Saved data entries
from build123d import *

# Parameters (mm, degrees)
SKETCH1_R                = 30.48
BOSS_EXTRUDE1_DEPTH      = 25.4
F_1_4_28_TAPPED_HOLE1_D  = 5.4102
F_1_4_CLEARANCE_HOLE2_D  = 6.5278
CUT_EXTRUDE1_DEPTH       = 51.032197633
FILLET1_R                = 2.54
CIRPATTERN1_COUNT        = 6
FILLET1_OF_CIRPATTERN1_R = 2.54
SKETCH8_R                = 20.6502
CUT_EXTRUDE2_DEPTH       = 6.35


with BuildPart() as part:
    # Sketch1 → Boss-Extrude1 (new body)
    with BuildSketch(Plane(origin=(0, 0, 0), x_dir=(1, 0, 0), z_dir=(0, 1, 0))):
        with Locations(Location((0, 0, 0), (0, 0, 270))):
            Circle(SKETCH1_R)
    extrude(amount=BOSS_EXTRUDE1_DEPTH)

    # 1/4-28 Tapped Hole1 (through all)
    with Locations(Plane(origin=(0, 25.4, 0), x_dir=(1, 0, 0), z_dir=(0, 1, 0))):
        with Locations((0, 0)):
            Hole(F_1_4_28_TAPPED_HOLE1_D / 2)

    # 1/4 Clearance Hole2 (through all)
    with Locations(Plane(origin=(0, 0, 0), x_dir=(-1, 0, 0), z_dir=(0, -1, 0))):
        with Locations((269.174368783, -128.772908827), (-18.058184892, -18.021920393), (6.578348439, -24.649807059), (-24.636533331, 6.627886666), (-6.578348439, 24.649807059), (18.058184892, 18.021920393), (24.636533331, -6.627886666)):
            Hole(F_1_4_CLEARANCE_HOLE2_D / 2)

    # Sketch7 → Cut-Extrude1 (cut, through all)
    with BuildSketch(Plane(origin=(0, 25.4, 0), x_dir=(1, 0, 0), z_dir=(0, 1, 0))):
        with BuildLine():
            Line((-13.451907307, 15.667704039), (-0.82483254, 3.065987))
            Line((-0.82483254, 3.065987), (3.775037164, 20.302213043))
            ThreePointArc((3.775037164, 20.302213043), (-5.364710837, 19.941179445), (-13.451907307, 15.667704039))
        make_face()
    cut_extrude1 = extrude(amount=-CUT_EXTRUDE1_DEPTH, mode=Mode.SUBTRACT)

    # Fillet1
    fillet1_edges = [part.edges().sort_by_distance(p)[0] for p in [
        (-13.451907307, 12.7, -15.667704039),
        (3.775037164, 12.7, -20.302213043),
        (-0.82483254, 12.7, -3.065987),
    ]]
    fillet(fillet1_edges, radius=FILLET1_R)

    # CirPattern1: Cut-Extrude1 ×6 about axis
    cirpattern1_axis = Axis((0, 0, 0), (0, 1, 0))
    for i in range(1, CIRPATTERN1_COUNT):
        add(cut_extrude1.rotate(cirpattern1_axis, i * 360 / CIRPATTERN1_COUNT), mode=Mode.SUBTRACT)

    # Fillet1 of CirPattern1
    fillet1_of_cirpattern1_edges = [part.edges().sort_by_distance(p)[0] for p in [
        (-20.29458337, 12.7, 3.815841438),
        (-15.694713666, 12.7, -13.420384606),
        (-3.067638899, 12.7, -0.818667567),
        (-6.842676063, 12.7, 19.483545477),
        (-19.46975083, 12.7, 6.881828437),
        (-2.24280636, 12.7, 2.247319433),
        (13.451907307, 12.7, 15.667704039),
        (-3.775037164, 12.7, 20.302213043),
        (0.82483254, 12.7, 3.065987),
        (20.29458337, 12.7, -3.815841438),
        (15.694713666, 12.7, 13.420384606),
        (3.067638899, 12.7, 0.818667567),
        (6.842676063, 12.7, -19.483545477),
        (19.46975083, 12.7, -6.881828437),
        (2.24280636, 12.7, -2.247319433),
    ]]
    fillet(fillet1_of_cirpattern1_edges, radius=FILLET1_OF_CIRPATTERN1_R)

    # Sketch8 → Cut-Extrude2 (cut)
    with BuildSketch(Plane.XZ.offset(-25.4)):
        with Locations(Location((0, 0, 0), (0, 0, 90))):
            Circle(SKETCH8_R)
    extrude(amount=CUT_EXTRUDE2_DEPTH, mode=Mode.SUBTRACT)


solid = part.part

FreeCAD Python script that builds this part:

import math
import FreeCAD as App
import Part
import Sketcher
Q = App.Units.Quantity


def edges_at(feature, points):
    """Names of the edges that pass closest to the given points."""
    edges = feature.Shape.Edges
    near = lambda p: min(range(len(edges)), key=lambda i: edges[i].distToShape(Part.Vertex(*p))[0])
    return sorted({f"Edge{near(p) + 1}" for p in points})

doc = App.newDocument("Part")
body = doc.addObject("PartDesign::Body", "Body")

# Sketch on XZ plane
sketch1 = doc.addObject("Sketcher::SketchObject", "Sketch")
body.addObject(sketch1)
sketch1.AttachmentSupport = (doc.XZ_Plane, [""])
sketch1.MapMode = "FlatFace"
sketch1.addGeometry(Part.Circle(App.Vector(0, 0, 0), App.Vector(0, 0, 1), 30.48), False)
sketch1.addConstraint([
    Sketcher.Constraint("Coincident", 0, 3, -1, 1),
    Sketcher.Constraint("Diameter", 0, Q("2.4 in")),
])
pad1 = doc.addObject("PartDesign::Pad", "Pad")
body.addObject(pad1)
pad1.Profile = sketch1
pad1.Length = Q("1 in")
pad1.Reversed = True

# Sketch on XZ plane
sketch2 = doc.addObject("Sketcher::SketchObject", "Sketch001")
body.addObject(sketch2)
sketch2.AttachmentSupport = (doc.XZ_Plane, [""])
sketch2.MapMode = "FlatFace"
sketch2.AttachmentOffset = App.Placement(App.Vector(0, 0, -1 * 25.4), App.Rotation())
sketch2.addGeometry(Part.Circle(App.Vector(0, 0, 0), App.Vector(0, 0, 1), 2.7051), False)
sketch2.addConstraint([
    Sketcher.Constraint("Coincident", 0, 3, -1, 1),
    Sketcher.Constraint("Diameter", 0, Q("0.213 in")),
])
doc.recompute()
hole = doc.addObject("PartDesign::Hole", "Hole")
body.addObject(hole)
hole.Profile = sketch2
hole.ThreadType = "None"
hole.Diameter = Q("0.213 in")
hole.DepthType = "ThroughAll"
hole.Reversed = True

# Sketch on XZ plane
sketch3 = doc.addObject("Sketcher::SketchObject", "Sketch002")
body.addObject(sketch3)
sketch3.AttachmentSupport = (doc.XZ_Plane, [""])
sketch3.MapMode = "FlatFace"
sketch3.addGeometry([
    Part.Circle(App.Vector(-269.174369, 128.772909, 0), App.Vector(0, 0, 1), 3.2639),  # 0
    Part.Circle(App.Vector(18.058185, 18.02192, 0), App.Vector(0, 0, 1), 3.2639),  # 1
    Part.Circle(App.Vector(-6.578348, 24.649807, 0), App.Vector(0, 0, 1), 3.2639),  # 2
    Part.Circle(App.Vector(24.636533, -6.627887, 0), App.Vector(0, 0, 1), 3.2639),  # 3
    Part.Circle(App.Vector(6.578348, -24.649807, 0), App.Vector(0, 0, 1), 3.2639),  # 4
    Part.Circle(App.Vector(-18.058185, -18.02192, 0), App.Vector(0, 0, 1), 3.2639),  # 5
    Part.Circle(App.Vector(-24.636533, 6.627887, 0), App.Vector(0, 0, 1), 3.2639),  # 6
], False)
sketch3.addConstraint([
    Sketcher.Constraint("Equal", 0, 1),
    Sketcher.Constraint("Equal", 1, 2),
    Sketcher.Constraint("Equal", 2, 3),
    Sketcher.Constraint("Equal", 3, 4),
    Sketcher.Constraint("Equal", 4, 5),
    Sketcher.Constraint("Equal", 5, 6),
    Sketcher.Constraint("Symmetric", 2, 3, 4, 3, -1, 1),
    Sketcher.Constraint("Symmetric", 1, 3, 5, 3, -1, 1),
    Sketcher.Constraint("Symmetric", 3, 3, 6, 3, -1, 1),
    Sketcher.Constraint("Diameter", 0, Q("0.257 in")),
    Sketcher.Constraint("DistanceY", 2, 3, 0, 3, Q("104.123102 mm")),
    Sketcher.Constraint("DistanceX", 0, 3, -1, 1, Q("269.174369 mm")),
    Sketcher.Constraint("DistanceY", -1, 1, 0, 3, Q("128.772909 mm")),
    Sketcher.Constraint("DistanceY", -1, 1, 1, 3, Q("18.02192 mm")),
    Sketcher.Constraint("DistanceX", 2, 3, -1, 1, Q("6.578348 mm")),
    Sketcher.Constraint("DistanceX", 1, 3, 3, 3, Q("6.578348 mm")),
    Sketcher.Constraint("DistanceX", 2, 3, 3, 3, Q("31.214882 mm")),
    Sketcher.Constraint("DistanceY", 4, 3, 3, 3, Q("18.02192 mm")),
])
doc.recompute()
hole2 = doc.addObject("PartDesign::Hole", "Hole001")
body.addObject(hole2)
hole2.Profile = sketch3
hole2.ThreadType = "None"
hole2.Diameter = Q("0.257 in")
hole2.DepthType = "ThroughAll"

# Sketch on XZ plane
sketch4 = doc.addObject("Sketcher::SketchObject", "Sketch003")
body.addObject(sketch4)
sketch4.AttachmentSupport = (doc.XZ_Plane, [""])
sketch4.MapMode = "FlatFace"
sketch4.AttachmentOffset = App.Placement(App.Vector(0, 0, -1 * 25.4), App.Rotation())
sketch4.addGeometry([
    Part.LineSegment(App.Vector(-13.451907, -15.667704, 0), App.Vector(-0.824833, -3.065987, 0)),
    Part.LineSegment(App.Vector(-0.824833, -3.065987, 0), App.Vector(3.775037, -20.302213, 0)),
    Part.ArcOfCircle(Part.Circle(App.Vector(0, 0, 0), App.Vector(0, 0, 1), 20.6502), math.radians(-130.648581), math.radians(-79.466596)),
], False)
sketch4.addConstraint([
    Sketcher.Constraint("Coincident", 0, 2, 1, 1),
    Sketcher.Constraint("Coincident", 1, 2, 2, 2),
    Sketcher.Constraint("Coincident", 2, 1, 0, 1),
    Sketcher.Constraint("Coincident", 2, 3, -1, 1),
    Sketcher.Constraint("Equal", 0, 1),
    Sketcher.Constraint("Radius", 2, Q("0.813 in")),
    Sketcher.Constraint("Distance", 0, Q("17.839459 mm")),
    Sketcher.Constraint("DistanceX", 0, 2, 1, 2, Q("4.59987 mm")),
    Sketcher.Constraint("DistanceY", 1, 2, 2, 1, Q("4.634509 mm")),
])
pocket1 = doc.addObject("PartDesign::Pocket", "Pocket")
body.addObject(pocket1)
pocket1.Profile = sketch4
pocket1.Type = "ThroughAll"
pocket1.Reversed = True
doc.recompute()

fillet = doc.addObject("PartDesign::Fillet", "Fillet")
body.addObject(fillet)
fillet.Base = (pocket1, edges_at(pocket1, [(-13.452, 12.7, -15.668), (3.775, 12.7, -20.302), (-0.825, 12.7, -3.066)]))
fillet.Radius = Q("0.1 in")
doc.recompute()

polarpattern = doc.addObject("PartDesign::PolarPattern", "PolarPattern")
body.addObject(polarpattern)
polarpattern.Originals = [pocket1]
polarpattern.Axis = (doc.Y_Axis, [""])
polarpattern.Angle = 360
polarpattern.Occurrences = 6
body.Tip = polarpattern
doc.recompute()

fillet2 = doc.addObject("PartDesign::Fillet", "Fillet001")
body.addObject(fillet2)
fillet2.Base = (polarpattern, edges_at(polarpattern, [
    (-20.295, 12.7, 3.816),
    (-15.695, 12.7, -13.42),
    (-3.068, 12.7, -0.819),
    (-6.843, 12.7, 19.484),
    (-19.47, 12.7, 6.882),
    (-2.243, 12.7, 2.247),
    (13.452, 12.7, 15.668),
    (-3.775, 12.7, 20.302),
    (0.825, 12.7, 3.066),
    (20.295, 12.7, -3.816),
    (15.695, 12.7, 13.42),
    (3.068, 12.7, 0.819),
    (6.843, 12.7, -19.484),
    (19.47, 12.7, -6.882),
    (2.243, 12.7, -2.247),
]))
fillet2.Radius = Q("0.1 in")

# Sketch on XZ plane
sketch5 = doc.addObject("Sketcher::SketchObject", "Sketch004")
body.addObject(sketch5)
sketch5.AttachmentSupport = (doc.XZ_Plane, [""])
sketch5.MapMode = "FlatFace"
sketch5.AttachmentOffset = App.Placement(App.Vector(0, 0, -1 * 25.4), App.Rotation())
sketch5.addGeometry(Part.Circle(App.Vector(0, 0, 0), App.Vector(0, 0, 1), 20.6502), False)
sketch5.addConstraint([
    Sketcher.Constraint("Coincident", 0, 3, -1, 1),
    Sketcher.Constraint("Diameter", 0, Q("1.626 in")),
])
pocket2 = doc.addObject("PartDesign::Pocket", "Pocket001")
body.addObject(pocket2)
pocket2.Profile = sketch5
pocket2.Length = Q("0.25 in")
pocket2.Reversed = True

doc.recompute()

ASSIGNMENT => Lines from the top of the data above through the line with "Circle(SKETCH1_R)", both ends included: copy them exactly, nothing more.

OUTPUT FOR THIS EXERCISE =>
from build123d import *

# Parameters (mm, degrees)
SKETCH1_R                = 30.48
BOSS_EXTRUDE1_DEPTH      = 25.4
F_1_4_28_TAPPED_HOLE1_D  = 5.4102
F_1_4_CLEARANCE_HOLE2_D  = 6.5278
CUT_EXTRUDE1_DEPTH       = 51.032197633
FILLET1_R                = 2.54
CIRPATTERN1_COUNT        = 6
FILLET1_OF_CIRPATTERN1_R = 2.54
SKETCH8_R                = 20.6502
CUT_EXTRUDE2_DEPTH       = 6.35


with BuildPart() as part:
    # Sketch1 → Boss-Extrude1 (new body)
    with BuildSketch(Plane(origin=(0, 0, 0), x_dir=(1, 0, 0), z_dir=(0, 1, 0))):
        with Locations(Location((0, 0, 0), (0, 0, 270))):
            Circle(SKETCH1_R)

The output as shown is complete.